TASK ITEM: For the listing below, output exactly the lines from the line with "-24.015393726), (18.206816105, -21.535130538))" up to and including the line with "10.575), (-19.542453743, 8.087954111))", and no other lines.

GIVEN DATA:
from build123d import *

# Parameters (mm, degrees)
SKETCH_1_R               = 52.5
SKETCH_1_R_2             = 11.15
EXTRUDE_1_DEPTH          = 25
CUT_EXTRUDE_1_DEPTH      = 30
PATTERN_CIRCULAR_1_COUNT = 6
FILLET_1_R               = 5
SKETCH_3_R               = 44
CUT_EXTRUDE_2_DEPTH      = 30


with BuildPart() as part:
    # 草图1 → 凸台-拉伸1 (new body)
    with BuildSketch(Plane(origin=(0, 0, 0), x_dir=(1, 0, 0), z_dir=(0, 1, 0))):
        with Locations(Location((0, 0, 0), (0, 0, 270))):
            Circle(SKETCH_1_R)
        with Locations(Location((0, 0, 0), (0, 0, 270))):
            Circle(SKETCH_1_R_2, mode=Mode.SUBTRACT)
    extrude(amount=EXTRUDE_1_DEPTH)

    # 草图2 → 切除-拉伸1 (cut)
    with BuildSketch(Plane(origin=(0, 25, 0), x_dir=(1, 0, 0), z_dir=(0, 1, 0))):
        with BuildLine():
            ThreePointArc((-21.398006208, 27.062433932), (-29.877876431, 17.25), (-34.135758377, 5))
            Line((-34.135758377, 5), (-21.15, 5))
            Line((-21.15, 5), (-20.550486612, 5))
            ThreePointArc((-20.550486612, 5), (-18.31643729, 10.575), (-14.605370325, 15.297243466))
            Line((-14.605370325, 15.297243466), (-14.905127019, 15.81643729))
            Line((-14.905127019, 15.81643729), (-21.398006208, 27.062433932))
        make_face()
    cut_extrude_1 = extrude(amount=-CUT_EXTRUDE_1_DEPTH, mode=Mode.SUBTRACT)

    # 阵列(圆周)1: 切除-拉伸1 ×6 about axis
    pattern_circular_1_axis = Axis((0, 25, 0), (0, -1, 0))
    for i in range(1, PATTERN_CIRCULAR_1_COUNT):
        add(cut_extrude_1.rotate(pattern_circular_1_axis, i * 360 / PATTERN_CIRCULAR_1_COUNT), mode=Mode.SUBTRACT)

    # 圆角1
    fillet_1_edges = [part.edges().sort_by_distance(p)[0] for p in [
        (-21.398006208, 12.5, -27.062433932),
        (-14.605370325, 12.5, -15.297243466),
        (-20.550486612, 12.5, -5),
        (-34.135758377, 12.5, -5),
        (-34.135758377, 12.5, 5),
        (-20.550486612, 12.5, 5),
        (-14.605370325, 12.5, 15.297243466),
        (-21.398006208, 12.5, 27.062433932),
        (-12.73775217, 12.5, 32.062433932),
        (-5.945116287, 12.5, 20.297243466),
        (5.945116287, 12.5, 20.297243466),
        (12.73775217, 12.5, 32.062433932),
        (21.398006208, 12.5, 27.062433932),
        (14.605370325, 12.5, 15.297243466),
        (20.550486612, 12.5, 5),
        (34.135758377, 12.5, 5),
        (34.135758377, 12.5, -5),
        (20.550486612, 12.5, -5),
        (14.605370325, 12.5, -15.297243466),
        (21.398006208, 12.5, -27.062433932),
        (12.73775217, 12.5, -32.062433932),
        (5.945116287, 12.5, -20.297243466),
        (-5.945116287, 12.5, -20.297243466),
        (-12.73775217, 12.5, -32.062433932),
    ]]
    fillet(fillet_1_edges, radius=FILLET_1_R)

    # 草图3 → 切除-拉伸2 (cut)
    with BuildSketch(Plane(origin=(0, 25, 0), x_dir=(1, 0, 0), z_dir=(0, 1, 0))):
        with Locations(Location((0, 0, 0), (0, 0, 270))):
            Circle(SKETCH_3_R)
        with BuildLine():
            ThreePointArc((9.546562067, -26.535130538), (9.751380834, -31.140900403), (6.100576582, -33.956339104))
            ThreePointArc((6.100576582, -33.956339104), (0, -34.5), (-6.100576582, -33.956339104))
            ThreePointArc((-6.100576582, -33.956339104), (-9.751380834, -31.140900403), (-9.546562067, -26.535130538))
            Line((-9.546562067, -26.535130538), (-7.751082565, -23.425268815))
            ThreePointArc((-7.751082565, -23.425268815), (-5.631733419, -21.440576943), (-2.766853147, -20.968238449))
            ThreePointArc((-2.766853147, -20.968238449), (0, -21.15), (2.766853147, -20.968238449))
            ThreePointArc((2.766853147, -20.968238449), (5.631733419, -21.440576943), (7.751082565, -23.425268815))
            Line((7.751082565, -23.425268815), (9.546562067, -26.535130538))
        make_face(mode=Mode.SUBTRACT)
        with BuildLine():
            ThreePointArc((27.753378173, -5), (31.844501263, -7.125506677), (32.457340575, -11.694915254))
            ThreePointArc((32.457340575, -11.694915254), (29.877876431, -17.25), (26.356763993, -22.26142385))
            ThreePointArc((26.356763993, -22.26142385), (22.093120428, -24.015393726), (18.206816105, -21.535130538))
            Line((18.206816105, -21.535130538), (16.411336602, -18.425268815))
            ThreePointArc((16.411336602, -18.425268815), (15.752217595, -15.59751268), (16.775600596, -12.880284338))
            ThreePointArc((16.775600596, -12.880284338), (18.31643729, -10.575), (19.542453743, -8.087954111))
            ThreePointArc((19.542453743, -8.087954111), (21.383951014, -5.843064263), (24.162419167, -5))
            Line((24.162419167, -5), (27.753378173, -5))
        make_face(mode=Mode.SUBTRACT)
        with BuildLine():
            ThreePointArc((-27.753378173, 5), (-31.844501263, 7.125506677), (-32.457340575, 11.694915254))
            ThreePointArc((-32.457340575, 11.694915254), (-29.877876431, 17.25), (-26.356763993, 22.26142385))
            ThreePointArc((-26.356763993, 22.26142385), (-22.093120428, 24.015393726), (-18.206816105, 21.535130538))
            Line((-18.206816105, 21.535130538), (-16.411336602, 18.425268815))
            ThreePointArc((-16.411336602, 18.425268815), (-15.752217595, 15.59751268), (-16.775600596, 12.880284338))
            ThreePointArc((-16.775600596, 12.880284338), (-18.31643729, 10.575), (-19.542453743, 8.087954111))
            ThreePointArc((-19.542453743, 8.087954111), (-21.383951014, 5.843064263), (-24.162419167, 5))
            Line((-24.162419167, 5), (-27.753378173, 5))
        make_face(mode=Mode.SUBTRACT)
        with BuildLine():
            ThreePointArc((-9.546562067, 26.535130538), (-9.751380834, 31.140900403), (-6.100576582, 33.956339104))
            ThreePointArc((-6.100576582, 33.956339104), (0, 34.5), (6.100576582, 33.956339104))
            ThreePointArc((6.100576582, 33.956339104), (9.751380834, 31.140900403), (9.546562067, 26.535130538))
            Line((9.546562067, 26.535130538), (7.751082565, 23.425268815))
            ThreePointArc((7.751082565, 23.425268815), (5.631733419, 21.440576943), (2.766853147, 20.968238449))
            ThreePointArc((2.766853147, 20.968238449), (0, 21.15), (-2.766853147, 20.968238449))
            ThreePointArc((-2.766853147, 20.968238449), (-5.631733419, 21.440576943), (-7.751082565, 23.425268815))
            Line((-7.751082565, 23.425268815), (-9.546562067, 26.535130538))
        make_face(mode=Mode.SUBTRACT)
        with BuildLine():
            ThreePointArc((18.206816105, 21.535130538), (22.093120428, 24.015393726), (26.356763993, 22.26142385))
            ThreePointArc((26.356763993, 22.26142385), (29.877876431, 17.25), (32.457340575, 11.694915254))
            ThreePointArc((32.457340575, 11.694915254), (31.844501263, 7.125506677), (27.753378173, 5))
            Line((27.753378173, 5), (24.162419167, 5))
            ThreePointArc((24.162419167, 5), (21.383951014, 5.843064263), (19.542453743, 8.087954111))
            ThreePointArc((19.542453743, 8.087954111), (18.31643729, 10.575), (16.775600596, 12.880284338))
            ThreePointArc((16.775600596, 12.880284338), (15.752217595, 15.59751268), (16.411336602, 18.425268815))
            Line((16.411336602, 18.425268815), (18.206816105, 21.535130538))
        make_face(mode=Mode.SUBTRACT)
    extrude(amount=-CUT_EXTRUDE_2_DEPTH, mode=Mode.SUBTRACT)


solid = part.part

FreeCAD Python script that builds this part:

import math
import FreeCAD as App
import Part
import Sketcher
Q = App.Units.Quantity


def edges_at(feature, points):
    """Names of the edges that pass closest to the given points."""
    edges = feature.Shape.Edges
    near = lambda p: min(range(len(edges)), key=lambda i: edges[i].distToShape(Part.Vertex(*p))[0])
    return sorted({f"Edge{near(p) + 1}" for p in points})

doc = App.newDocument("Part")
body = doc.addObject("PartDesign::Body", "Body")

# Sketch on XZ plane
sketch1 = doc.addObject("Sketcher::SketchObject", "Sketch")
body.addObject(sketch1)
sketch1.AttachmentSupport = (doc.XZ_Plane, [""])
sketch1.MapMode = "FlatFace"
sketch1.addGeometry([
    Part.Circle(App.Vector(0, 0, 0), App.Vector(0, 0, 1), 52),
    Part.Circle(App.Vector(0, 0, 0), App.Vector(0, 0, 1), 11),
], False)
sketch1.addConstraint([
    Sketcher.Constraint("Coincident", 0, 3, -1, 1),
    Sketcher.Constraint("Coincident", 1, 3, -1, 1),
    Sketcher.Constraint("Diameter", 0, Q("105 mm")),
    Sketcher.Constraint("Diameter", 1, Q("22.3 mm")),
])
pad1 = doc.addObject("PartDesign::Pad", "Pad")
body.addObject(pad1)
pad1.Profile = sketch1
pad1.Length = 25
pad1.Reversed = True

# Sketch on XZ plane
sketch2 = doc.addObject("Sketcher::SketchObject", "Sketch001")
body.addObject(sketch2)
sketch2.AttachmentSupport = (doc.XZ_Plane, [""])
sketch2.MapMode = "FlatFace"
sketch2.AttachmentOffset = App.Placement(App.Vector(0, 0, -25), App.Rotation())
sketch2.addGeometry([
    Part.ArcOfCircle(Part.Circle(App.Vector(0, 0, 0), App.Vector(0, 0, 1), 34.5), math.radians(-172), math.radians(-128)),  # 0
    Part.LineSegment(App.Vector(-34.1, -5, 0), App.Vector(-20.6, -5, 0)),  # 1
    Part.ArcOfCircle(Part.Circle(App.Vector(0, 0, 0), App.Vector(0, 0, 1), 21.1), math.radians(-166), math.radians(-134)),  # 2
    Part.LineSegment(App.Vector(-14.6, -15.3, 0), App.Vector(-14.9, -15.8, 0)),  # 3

RESPONSE TO THIS EXERCISE:
            ThreePointArc((26.356763993, -22.26142385), (22.093120428, -24.015393726), (18.206816105, -21.535130538))
            Line((18.206816105, -21.535130538), (16.411336602, -18.425268815))
            ThreePointArc((16.411336602, -18.425268815), (15.752217595, -15.59751268), (16.775600596, -12.880284338))
            ThreePointArc((16.775600596, -12.880284338), (18.31643729, -10.575), (19.542453743, -8.087954111))
            ThreePointArc((19.542453743, -8.087954111), (21.383951014, -5.843064263), (24.162419167, -5))
            Line((24.162419167, -5), (27.753378173, -5))
        make_face(mode=Mode.SUBTRACT)
        with BuildLine():
            ThreePointArc((-27.753378173, 5), (-31.844501263, 7.125506677), (-32.457340575, 11.694915254))
            ThreePointArc((-32.457340575, 11.694915254), (-29.877876431, 17.25), (-26.356763993, 22.26142385))
            ThreePointArc((-26.356763993, 22.26142385), (-22.093120428, 24.015393726), (-18.206816105, 21.535130538))
            Line((-18.206816105, 21.535130538), (-16.411336602, 18.425268815))
            ThreePointArc((-16.411336602, 18.425268815), (-15.752217595, 15.59751268), (-16.775600596, 12.880284338))
            ThreePointArc((-16.775600596, 12.880284338), (-18.31643729, 10.575), (-19.542453743, 8.087954111))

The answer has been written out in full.